Speaking in Washington, US Secretary of State John Kerry condemned the North’s plans to restart the reactor as a ‘provocative act’ and ‘a direct violation of their international obligations’. He continued to assure South Korea that the US was committed to defending its ally. However, some American officials still regard the North’s belligerent activities as brinkmanship in action. Nevertheless, the situation remains volatile. David Cameron, on Thursday, used the North’s latest nuclear tests as part-justification for maintaining the UK Trident nuclear weapons programme, while China has demonstrated increasing unease and ‘special concern’ over the conflict’s potential to spill over their boarder.
Since Pyongyang expelled international inspectors from Yongbyon four years ago, there has been no official verification regarding its facilities. Dr Hecker’s 2010 report remains the most recent source of information concerning the Yongbyon complex.
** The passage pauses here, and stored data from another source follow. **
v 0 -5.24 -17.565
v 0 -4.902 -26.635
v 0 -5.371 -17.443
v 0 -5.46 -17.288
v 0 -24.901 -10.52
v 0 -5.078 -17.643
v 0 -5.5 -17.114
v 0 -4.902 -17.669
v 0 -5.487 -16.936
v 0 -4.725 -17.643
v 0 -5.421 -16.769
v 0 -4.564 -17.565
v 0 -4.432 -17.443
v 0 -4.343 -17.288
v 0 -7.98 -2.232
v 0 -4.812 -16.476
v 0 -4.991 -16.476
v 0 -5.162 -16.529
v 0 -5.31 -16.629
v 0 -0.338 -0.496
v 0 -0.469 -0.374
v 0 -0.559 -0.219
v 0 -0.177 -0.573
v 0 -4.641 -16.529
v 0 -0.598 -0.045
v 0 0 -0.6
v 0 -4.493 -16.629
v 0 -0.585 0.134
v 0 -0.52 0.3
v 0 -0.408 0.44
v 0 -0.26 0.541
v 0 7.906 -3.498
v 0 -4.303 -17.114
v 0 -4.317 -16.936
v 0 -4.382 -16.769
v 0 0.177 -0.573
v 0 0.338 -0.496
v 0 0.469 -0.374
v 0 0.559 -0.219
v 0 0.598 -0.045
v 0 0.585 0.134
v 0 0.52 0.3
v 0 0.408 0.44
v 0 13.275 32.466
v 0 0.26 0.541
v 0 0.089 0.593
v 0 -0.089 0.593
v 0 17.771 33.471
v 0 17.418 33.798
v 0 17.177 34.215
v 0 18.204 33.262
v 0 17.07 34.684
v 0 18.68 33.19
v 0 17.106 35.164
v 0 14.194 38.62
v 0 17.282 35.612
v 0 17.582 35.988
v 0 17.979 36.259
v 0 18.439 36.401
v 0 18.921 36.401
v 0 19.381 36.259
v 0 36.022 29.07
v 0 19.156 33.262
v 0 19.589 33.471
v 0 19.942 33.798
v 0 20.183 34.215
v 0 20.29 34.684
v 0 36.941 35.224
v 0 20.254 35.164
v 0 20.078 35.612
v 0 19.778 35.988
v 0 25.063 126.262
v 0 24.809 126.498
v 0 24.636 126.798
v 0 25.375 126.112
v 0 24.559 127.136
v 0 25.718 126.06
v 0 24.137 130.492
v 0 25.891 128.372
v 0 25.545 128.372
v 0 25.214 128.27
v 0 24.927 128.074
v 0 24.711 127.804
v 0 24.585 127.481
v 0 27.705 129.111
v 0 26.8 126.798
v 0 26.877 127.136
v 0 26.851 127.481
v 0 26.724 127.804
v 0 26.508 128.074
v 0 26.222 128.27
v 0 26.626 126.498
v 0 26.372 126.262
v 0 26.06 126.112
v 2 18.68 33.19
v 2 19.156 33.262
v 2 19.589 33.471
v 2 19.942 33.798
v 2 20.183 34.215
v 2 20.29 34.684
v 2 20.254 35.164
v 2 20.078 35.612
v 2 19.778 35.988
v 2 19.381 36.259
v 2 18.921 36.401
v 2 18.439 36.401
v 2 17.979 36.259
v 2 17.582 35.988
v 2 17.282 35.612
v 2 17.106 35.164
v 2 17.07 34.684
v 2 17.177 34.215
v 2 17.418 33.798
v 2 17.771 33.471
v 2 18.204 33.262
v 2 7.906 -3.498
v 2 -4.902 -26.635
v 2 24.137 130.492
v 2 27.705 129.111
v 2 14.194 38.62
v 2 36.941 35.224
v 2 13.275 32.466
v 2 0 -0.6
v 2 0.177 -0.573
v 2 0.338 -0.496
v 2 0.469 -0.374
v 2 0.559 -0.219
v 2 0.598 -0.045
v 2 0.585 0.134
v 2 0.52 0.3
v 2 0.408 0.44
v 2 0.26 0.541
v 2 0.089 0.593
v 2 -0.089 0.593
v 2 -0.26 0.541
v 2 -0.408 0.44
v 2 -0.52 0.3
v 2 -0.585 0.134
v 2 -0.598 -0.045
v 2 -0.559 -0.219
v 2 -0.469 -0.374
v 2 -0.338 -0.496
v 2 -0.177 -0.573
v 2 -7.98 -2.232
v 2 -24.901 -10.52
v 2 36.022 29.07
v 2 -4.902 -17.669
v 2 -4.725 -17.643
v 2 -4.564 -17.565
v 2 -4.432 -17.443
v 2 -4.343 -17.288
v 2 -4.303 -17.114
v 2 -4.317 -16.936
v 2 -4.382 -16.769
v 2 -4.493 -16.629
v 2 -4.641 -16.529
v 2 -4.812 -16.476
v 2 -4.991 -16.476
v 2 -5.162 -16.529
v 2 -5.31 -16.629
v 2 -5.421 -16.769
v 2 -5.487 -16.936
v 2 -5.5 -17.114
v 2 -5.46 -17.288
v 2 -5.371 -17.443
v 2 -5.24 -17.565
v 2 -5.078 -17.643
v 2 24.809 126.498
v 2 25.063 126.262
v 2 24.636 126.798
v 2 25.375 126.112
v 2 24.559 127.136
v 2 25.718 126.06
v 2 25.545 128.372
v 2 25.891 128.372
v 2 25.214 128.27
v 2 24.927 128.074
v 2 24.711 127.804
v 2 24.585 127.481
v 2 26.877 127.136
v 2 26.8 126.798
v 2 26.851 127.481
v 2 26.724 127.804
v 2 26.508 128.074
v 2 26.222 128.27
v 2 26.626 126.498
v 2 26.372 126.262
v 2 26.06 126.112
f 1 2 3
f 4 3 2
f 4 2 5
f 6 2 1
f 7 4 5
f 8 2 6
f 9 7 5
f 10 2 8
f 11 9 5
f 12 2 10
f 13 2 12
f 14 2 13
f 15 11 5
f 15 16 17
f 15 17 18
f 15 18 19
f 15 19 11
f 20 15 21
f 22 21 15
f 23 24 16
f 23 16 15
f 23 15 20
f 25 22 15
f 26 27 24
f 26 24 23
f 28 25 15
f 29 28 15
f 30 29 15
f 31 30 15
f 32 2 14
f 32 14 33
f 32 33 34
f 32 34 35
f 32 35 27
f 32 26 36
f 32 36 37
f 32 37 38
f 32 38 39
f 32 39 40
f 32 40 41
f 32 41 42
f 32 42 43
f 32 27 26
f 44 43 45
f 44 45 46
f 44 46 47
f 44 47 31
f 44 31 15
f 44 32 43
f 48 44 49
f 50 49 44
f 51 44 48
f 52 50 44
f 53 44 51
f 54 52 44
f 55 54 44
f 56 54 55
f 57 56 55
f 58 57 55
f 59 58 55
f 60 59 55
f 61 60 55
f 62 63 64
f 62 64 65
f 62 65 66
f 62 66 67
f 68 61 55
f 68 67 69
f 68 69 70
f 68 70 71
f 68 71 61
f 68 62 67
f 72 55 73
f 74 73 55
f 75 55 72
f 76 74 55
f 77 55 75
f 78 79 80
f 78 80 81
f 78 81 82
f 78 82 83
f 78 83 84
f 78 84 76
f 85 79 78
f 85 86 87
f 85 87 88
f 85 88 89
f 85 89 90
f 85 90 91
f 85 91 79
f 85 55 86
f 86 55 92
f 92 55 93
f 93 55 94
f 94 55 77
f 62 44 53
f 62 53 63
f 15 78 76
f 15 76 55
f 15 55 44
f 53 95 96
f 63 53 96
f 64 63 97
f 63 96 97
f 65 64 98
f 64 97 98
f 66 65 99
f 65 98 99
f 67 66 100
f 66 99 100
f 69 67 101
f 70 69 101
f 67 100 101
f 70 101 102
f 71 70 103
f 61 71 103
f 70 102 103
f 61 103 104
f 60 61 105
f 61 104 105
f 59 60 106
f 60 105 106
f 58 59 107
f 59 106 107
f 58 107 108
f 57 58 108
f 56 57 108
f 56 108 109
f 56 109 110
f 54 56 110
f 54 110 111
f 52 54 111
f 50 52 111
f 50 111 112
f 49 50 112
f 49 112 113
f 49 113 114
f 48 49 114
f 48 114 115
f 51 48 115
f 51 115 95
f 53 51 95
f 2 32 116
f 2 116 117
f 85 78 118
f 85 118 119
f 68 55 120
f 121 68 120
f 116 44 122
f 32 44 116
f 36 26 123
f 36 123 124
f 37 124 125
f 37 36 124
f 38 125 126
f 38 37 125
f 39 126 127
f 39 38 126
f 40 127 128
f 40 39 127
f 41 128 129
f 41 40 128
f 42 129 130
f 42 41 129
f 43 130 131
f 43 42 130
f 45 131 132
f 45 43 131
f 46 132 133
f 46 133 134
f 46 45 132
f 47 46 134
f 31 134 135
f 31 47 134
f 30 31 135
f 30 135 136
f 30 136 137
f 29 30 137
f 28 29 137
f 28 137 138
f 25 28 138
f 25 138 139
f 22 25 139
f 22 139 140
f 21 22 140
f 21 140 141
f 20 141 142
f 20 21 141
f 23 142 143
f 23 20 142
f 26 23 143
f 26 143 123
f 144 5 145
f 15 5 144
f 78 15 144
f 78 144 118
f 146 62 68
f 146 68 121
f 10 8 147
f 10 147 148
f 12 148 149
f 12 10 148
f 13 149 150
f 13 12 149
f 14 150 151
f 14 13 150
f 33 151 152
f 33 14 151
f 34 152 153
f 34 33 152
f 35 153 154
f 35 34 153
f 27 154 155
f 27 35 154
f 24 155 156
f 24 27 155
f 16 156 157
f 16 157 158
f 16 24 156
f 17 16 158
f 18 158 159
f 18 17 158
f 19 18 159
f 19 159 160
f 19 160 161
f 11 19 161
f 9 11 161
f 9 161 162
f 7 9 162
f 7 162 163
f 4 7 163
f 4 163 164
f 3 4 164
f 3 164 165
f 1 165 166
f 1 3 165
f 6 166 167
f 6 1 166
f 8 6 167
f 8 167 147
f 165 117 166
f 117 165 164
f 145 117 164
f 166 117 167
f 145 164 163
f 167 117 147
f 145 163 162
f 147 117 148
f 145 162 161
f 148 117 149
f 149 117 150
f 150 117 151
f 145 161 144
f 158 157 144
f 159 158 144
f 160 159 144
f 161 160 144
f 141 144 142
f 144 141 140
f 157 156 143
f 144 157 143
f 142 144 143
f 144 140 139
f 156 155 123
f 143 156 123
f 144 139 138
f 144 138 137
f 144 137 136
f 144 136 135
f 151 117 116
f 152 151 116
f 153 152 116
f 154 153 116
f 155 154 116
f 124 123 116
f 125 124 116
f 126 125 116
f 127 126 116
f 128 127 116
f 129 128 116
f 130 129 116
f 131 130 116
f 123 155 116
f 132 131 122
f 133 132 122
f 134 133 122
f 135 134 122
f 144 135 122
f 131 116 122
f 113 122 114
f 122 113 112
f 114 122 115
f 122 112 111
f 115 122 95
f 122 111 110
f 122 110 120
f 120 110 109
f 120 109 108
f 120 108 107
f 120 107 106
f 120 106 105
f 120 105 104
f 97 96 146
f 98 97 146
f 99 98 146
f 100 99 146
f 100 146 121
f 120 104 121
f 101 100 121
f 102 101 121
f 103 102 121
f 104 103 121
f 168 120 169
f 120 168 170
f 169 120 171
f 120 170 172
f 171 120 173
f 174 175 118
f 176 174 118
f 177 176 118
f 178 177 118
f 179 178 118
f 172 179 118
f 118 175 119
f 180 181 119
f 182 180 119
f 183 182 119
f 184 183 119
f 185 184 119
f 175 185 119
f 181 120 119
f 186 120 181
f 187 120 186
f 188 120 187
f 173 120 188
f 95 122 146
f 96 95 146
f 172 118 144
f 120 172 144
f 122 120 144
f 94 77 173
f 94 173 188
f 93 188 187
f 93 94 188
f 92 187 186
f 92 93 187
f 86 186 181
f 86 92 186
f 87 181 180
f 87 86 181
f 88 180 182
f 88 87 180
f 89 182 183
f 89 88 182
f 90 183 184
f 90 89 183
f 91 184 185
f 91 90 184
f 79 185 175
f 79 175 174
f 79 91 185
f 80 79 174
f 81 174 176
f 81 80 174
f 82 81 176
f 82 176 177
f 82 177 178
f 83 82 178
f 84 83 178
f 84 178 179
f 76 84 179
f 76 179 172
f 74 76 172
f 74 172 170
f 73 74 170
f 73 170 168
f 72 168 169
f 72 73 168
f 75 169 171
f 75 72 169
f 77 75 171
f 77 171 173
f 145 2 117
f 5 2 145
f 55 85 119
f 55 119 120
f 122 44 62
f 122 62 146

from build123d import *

# Parameters (mm, degrees)
SKETCH_1_R          = 0.6
SKETCH_1_R_2        = 1.16208208
EXTRUDE_1_DEPTH     = 2
SKETCH_2_W          = 2
SKETCH_2_H          = 6.221940724
EXTRUDE_2_DEPTH     = 22.998818
SKETCH_3_R          = 1.614508757
CUT_EXTRUDE_1_DEPTH = 136.634989839


with BuildPart() as part:
    # 草图1 → 凸台-拉伸1 (new body)
    with BuildSketch(Plane(origin=(0, 0, 0), x_dir=(0, 0, -1), z_dir=(1, 0, 0))):
        Polygon((-129.110885337, 27.705001714), (3.4977294, 7.905798819), (26.635169992, -4.901598114), (10.519539729, -24.901019931), (2.231501308, -7.979608155), (-130.492225074, 24.136540727), align=None)
        Circle(SKETCH_1_R, mode=Mode.SUBTRACT)
        with Locations((17.069222108, -4.901598114)):
            Circle(SKETCH_1_R, mode=Mode.SUBTRACT)
        with Locations((-127.222518318, 25.717836253)):
            Circle(SKETCH_1_R_2, mode=Mode.SUBTRACT)
    extrude(amount=EXTRUDE_1_DEPTH)

    # 草图2 → 凸台-拉伸2 (add)
    with BuildSketch(Plane(origin=(0, 8.244247262, -1.230911918), x_dir=(1, 0, 0), z_dir=(0, 0.9890368823707517, -0.14766870118729958))):
        with Locations((1, -37.181709338)):
            Rectangle(SKETCH_2_W, SKETCH_2_H)
    extrude(amount=EXTRUDE_2_DEPTH)

    # 草图3 → 切除-拉伸1 (cut, through all)
    with BuildSketch(Plane(origin=(2, 0, 0), x_dir=(0, 0, -1), z_dir=(1, 0, 0))):
        with Locations((-34.804826462, 18.6800064)):
            Circle(SKETCH_3_R)
    extrude(amount=-CUT_EXTRUDE_1_DEPTH, mode=Mode.SUBTRACT)


solid = part.part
During his visit, Hecker estimated that the North could resume all plutonium operations within ‘approximately six months and produce one bomb’s worth of plutonium per year for some time to come’.
However, this estimation is becoming increasingly dated. And there are clear drawbacks to relying too heavily upon a single individual’s approximations. Furthermore, since withdrawing from the Six-Party Talks and the NPT, the North is under no obligation to disclose any information concerning its activities. At the same time, the North’s enrichment operations gives it a second route to the production of nuclear weapons-usable fissile material.
There still exists a great deal of uncertainty over the current state of North Korea’s facilities. Dr Hecker could only report on the areas he had access to. The possibility that the North has developed additional facilities capable of producing either plutonium or enriched uranium cannot be ruled out. To give an example, the existence of the Fordow Enrichment Plant in Iran remained a secret until Tehran revealed the facility in a letter to the IAEA in September 2009 (when it was on the verge of exposure by Western powers).
Indeed, verification of any suspected nuclear facilities is not straightforward, especially where no on-the-ground access can be had. Satellite photos are the most common means for detecting the build-up of infrastructure and other features of interest in such situations. Clandestine enrichment activities, however, are virtually undetectable and can be hidden in otherwise nondescript warehouse-style buildings.
With tension currently running so high on the Korean Peninsula, the need for verifiable information concerning the North’s nuclear programme is crucial. However, the existing atmosphere of provocation between Pyongyang and the US threatens to perpetuate the present state of affairs: keeping the West in the dark.